> **The problem**:
Work through the data and say how many lines contain "centre". The number alone is the answer.

> **Recorded information**:
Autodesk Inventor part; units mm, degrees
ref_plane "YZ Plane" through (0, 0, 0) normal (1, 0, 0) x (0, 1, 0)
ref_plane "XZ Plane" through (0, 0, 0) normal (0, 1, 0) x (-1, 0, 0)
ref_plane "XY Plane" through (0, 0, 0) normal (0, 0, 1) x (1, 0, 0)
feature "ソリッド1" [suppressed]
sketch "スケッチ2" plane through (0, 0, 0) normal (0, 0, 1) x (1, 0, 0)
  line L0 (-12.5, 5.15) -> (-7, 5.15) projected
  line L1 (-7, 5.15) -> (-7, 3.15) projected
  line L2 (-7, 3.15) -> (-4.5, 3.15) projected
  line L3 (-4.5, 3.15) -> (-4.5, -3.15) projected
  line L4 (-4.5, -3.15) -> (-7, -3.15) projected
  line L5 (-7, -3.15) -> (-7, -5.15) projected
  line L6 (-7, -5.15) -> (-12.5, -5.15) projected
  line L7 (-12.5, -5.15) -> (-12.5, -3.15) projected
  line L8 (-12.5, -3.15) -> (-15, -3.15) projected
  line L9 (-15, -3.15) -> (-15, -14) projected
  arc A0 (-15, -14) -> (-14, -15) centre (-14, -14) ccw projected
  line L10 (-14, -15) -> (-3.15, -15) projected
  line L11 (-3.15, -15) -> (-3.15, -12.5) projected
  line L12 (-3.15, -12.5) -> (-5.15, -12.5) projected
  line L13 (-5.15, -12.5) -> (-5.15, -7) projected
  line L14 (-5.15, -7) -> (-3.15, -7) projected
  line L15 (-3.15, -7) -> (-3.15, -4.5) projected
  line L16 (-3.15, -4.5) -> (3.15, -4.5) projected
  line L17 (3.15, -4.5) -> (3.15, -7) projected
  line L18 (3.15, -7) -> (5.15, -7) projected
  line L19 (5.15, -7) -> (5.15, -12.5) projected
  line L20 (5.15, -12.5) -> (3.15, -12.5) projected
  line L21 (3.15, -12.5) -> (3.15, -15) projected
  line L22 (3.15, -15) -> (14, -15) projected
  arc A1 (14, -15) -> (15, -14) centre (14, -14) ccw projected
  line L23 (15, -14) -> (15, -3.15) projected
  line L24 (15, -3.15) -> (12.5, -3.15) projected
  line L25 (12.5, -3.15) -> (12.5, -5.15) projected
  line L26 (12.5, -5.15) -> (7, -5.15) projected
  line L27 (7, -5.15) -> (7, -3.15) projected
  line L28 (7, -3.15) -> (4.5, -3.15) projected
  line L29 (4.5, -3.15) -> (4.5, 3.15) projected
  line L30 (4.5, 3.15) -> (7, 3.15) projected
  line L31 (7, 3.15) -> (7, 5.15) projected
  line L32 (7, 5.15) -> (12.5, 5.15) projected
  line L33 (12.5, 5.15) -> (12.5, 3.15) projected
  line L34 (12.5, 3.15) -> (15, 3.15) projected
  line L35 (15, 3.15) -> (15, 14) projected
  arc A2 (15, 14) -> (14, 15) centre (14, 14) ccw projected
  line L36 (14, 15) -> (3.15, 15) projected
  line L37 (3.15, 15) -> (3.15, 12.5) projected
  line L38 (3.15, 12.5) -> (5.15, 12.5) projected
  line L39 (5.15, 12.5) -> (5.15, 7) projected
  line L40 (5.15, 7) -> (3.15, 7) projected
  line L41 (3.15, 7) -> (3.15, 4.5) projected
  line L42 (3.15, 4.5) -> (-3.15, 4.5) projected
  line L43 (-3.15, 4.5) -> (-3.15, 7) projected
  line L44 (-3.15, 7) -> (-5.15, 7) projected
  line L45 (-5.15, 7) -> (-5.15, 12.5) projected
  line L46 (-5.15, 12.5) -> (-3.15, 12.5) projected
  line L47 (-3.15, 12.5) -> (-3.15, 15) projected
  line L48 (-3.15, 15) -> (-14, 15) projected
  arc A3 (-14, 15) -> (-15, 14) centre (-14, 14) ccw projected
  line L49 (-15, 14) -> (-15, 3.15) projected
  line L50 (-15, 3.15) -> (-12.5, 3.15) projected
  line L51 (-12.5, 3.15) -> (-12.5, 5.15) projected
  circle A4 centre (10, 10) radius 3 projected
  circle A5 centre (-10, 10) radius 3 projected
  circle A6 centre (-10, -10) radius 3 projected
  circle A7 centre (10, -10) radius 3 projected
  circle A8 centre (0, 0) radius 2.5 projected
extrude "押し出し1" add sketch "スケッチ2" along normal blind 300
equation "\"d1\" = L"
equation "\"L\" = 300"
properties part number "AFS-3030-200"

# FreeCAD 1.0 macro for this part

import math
import FreeCAD as App
import Part
import Sketcher
Q = App.Units.Quantity

doc = App.newDocument("Part")
body = doc.addObject("PartDesign::Body", "Body")

# Sketch on XY plane
sketch1 = doc.addObject("Sketcher::SketchObject", "Sketch")
body.addObject(sketch1)
sketch1.AttachmentSupport = (doc.XY_Plane, [""])
sketch1.MapMode = "FlatFace"
sketch1.addGeometry([
    Part.LineSegment(App.Vector(-12.5, 3.1, 0), App.Vector(-12.5, 5.2, 0)),  # 0
    Part.LineSegment(App.Vector(-12.5, 5.2, 0), App.Vector(-7, 5.2, 0)),  # 1
    Part.LineSegment(App.Vector(-7, 5.2, 0), App.Vector(-7, 3.1, 0)),  # 2
    Part.LineSegment(App.Vector(-7, 3.1, 0), App.Vector(-4.5, 3.1, 0)),  # 3
    Part.LineSegment(App.Vector(-4.5, 3.1, 0), App.Vector(-4.5, -3.1, 0)),  # 4
    Part.LineSegment(App.Vector(-4.5, -3.1, 0), App.Vector(-7, -3.1, 0)),  # 5
    Part.LineSegment(App.Vector(-7, -3.1, 0), App.Vector(-7, -5.2, 0)),  # 6
    Part.LineSegment(App.Vector(-7, -5.2, 0), App.Vector(-12.5, -5.2, 0)),  # 7
    Part.LineSegment(App.Vector(-12.5, -5.2, 0), App.Vector(-12.5, -3.1, 0)),  # 8
    Part.LineSegment(App.Vector(-12.5, -3.1, 0), App.Vector(-15, -3.1, 0)),  # 9
    Part.LineSegment(App.Vector(-15, -3.1, 0), App.Vector(-15, -14, 0)),  # 10
    Part.ArcOfCircle(Part.Circle(App.Vector(-14, -14, 0), App.Vector(0, 0, 1), 1), math.radians(180), math.radians(270)),  # 11
    Part.LineSegment(App.Vector(-14, -15, 0), App.Vector(-3.1, -15, 0)),  # 12
    Part.LineSegment(App.Vector(-3.1, -15, 0), App.Vector(-3.1, -12.5, 0)),  # 13
    Part.LineSegment(App.Vector(-3.1, -12.5, 0), App.Vector(-5.2, -12.5, 0)),  # 14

> **Task answer**:
9